▶ [Problem]:
The response must contain all of the entries, each one repeated exactly.

Records from a dataset
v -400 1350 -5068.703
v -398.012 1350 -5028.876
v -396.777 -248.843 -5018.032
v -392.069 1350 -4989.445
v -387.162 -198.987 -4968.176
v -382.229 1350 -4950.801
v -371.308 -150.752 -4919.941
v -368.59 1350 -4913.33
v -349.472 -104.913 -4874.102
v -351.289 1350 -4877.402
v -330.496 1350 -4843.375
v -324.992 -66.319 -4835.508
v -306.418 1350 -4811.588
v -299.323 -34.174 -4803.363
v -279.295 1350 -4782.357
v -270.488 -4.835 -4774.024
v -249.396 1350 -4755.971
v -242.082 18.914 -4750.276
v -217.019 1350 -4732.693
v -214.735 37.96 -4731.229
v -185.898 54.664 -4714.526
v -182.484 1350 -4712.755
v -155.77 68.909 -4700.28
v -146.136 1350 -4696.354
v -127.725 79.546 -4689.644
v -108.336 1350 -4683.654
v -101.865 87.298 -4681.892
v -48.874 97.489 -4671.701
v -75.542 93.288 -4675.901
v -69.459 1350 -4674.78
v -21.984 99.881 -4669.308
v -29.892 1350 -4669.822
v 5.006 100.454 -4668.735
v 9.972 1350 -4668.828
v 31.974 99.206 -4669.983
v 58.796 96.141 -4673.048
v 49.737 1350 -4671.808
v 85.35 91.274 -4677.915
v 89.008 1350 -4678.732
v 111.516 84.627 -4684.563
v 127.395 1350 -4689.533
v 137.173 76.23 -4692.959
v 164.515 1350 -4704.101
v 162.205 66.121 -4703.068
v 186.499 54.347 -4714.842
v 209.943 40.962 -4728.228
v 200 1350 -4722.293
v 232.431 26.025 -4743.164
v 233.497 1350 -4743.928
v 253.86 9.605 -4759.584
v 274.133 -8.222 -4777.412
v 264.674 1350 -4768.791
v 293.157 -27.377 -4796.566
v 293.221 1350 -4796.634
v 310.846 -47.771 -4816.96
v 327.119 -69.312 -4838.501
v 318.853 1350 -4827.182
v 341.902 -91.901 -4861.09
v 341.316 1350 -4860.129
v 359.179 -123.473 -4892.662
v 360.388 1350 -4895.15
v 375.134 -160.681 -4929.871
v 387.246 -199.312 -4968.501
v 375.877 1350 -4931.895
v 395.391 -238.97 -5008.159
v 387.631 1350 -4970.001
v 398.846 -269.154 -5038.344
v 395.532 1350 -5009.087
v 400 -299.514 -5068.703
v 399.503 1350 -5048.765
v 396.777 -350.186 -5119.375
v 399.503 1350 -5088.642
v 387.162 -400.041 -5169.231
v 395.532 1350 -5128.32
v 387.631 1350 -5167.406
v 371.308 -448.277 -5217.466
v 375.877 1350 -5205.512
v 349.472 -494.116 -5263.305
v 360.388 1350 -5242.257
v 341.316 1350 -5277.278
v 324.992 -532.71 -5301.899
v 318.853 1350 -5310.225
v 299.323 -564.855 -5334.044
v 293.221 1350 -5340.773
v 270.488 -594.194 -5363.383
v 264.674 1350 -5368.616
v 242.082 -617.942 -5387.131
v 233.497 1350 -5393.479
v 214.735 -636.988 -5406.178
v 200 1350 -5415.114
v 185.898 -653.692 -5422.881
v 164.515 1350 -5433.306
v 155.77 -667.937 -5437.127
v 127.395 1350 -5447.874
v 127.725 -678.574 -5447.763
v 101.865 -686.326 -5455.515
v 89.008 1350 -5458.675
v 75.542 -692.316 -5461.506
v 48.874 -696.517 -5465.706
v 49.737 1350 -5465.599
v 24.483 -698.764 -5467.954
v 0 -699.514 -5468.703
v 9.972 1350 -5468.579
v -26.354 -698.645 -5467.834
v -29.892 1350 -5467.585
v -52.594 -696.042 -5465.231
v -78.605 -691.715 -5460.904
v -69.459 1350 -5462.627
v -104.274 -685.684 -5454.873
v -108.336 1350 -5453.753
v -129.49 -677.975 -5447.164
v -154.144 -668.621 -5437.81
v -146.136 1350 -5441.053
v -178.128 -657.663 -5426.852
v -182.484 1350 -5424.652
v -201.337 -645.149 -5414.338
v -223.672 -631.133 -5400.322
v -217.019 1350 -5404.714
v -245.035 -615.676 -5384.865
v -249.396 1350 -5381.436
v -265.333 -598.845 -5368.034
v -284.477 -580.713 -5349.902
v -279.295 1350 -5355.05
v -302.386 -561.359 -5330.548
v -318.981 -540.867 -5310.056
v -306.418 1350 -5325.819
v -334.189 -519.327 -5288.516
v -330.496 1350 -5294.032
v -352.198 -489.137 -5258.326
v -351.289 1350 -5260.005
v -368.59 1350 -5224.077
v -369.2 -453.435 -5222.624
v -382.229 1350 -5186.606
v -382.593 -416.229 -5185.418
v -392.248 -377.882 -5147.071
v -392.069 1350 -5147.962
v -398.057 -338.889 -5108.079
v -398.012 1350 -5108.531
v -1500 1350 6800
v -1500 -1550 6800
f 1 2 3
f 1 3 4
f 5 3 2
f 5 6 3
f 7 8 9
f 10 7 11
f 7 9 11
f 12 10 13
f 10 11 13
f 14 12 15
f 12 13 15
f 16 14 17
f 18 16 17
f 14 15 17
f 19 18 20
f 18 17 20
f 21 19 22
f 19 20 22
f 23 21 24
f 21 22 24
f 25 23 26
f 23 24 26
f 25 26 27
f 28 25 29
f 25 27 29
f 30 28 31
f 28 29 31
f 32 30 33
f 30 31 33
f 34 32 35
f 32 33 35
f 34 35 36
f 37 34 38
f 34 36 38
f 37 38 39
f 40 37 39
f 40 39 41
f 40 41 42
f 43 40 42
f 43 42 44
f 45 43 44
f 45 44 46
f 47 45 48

▶ [Finished exercise]:
v -400 1350 -5068.703
v -398.012 1350 -5028.876
v -396.777 -248.843 -5018.032
v -392.069 1350 -4989.445
v -387.162 -198.987 -4968.176
v -382.229 1350 -4950.801
v -371.308 -150.752 -4919.941
v -368.59 1350 -4913.33
v -349.472 -104.913 -4874.102
v -351.289 1350 -4877.402
v -330.496 1350 -4843.375
v -324.992 -66.319 -4835.508
v -306.418 1350 -4811.588
v -299.323 -34.174 -4803.363
v -279.295 1350 -4782.357
v -270.488 -4.835 -4774.024
v -249.396 1350 -4755.971
v -242.082 18.914 -4750.276
v -217.019 1350 -4732.693
v -214.735 37.96 -4731.229
v -185.898 54.664 -4714.526
v -182.484 1350 -4712.755
v -155.77 68.909 -4700.28
v -146.136 1350 -4696.354
v -127.725 79.546 -4689.644
v -108.336 1350 -4683.654
v -101.865 87.298 -4681.892
v -48.874 97.489 -4671.701
v -75.542 93.288 -4675.901
v -69.459 1350 -4674.78
v -21.984 99.881 -4669.308
v -29.892 1350 -4669.822
v 5.006 100.454 -4668.735
v 9.972 1350 -4668.828
v 31.974 99.206 -4669.983
v 58.796 96.141 -4673.048
v 49.737 1350 -4671.808
v 85.35 91.274 -4677.915
v 89.008 1350 -4678.732
v 111.516 84.627 -4684.563
v 127.395 1350 -4689.533
v 137.173 76.23 -4692.959
v 164.515 1350 -4704.101
v 162.205 66.121 -4703.068
v 186.499 54.347 -4714.842
v 209.943 40.962 -4728.228
v 200 1350 -4722.293
v 232.431 26.025 -4743.164
v 233.497 1350 -4743.928
v 253.86 9.605 -4759.584
v 274.133 -8.222 -4777.412
v 264.674 1350 -4768.791
v 293.157 -27.377 -4796.566
v 293.221 1350 -4796.634
v 310.846 -47.771 -4816.96
v 327.119 -69.312 -4838.501
v 318.853 1350 -4827.182
v 341.902 -91.901 -4861.09
v 341.316 1350 -4860.129
v 359.179 -123.473 -4892.662
v 360.388 1350 -4895.15
v 375.134 -160.681 -4929.871
v 387.246 -199.312 -4968.501
v 375.877 1350 -4931.895
v 395.391 -238.97 -5008.159
v 387.631 1350 -4970.001
v 398.846 -269.154 -5038.344
v 395.532 1350 -5009.087
v 400 -299.514 -5068.703
v 399.503 1350 -5048.765
v 396.777 -350.186 -5119.375
v 399.503 1350 -5088.642
v 387.162 -400.041 -5169.231
v 395.532 1350 -5128.32
v 387.631 1350 -5167.406
v 371.308 -448.277 -5217.466
v 375.877 1350 -5205.512
v 349.472 -494.116 -5263.305
v 360.388 1350 -5242.257
v 341.316 1350 -5277.278
v 324.992 -532.71 -5301.899
v 318.853 1350 -5310.225
v 299.323 -564.855 -5334.044
v 293.221 1350 -5340.773
v 270.488 -594.194 -5363.383
v 264.674 1350 -5368.616
v 242.082 -617.942 -5387.131
v 233.497 1350 -5393.479
v 214.735 -636.988 -5406.178
v 200 1350 -5415.114
v 185.898 -653.692 -5422.881
v 164.515 1350 -5433.306
v 155.77 -667.937 -5437.127
v 127.395 1350 -5447.874
v 127.725 -678.574 -5447.763
v 101.865 -686.326 -5455.515
v 89.008 1350 -5458.675
v 75.542 -692.316 -5461.506
v 48.874 -696.517 -5465.706
v 49.737 1350 -5465.599
v 24.483 -698.764 -5467.954
v 0 -699.514 -5468.703
v 9.972 1350 -5468.579
v -26.354 -698.645 -5467.834
v -29.892 1350 -5467.585
v -52.594 -696.042 -5465.231
v -78.605 -691.715 -5460.904
v -69.459 1350 -5462.627
v -104.274 -685.684 -5454.873
v -108.336 1350 -5453.753
v -129.49 -677.975 -5447.164
v -154.144 -668.621 -5437.81
v -146.136 1350 -5441.053
v -178.128 -657.663 -5426.852
v -182.484 1350 -5424.652
v -201.337 -645.149 -5414.338
v -223.672 -631.133 -5400.322
v -217.019 1350 -5404.714
v -245.035 -615.676 -5384.865
v -249.396 1350 -5381.436
v -265.333 -598.845 -5368.034
v -284.477 -580.713 -5349.902
v -279.295 1350 -5355.05
v -302.386 -561.359 -5330.548
v -318.981 -540.867 -5310.056
v -306.418 1350 -5325.819
v -334.189 -519.327 -5288.516
v -330.496 1350 -5294.032
v -352.198 -489.137 -5258.326
v -351.289 1350 -5260.005
v -368.59 1350 -5224.077
v -369.2 -453.435 -5222.624
v -382.229 1350 -5186.606
v -382.593 -416.229 -5185.418
v -392.248 -377.882 -5147.071
v -392.069 1350 -5147.962
v -398.057 -338.889 -5108.079
v -398.012 1350 -5108.531
v -1500 1350 6800
v -1500 -1550 6800
f 1 2 3
f 1 3 4
f 5 3 2
f 5 6 3
f 7 8 9
f 10 7 11
f 7 9 11
f 12 10 13
f 10 11 13
f 14 12 15
f 12 13 15
f 16 14 17
f 18 16 17
f 14 15 17
f 19 18 20
f 18 17 20
f 21 19 22
f 19 20 22
f 23 21 24
f 21 22 24
f 25 23 26
f 23 24 26
f 25 26 27
f 28 25 29
f 25 27 29
f 30 28 31
f 28 29 31
f 32 30 33
f 30 31 33
f 34 32 35
f 32 33 35
f 34 35 36
f 37 34 38
f 34 36 38
f 37 38 39
f 40 37 39
f 40 39 41
f 40 41 42
f 43 40 42
f 43 42 44
f 45 43 44
f 45 44 46
f 47 45 48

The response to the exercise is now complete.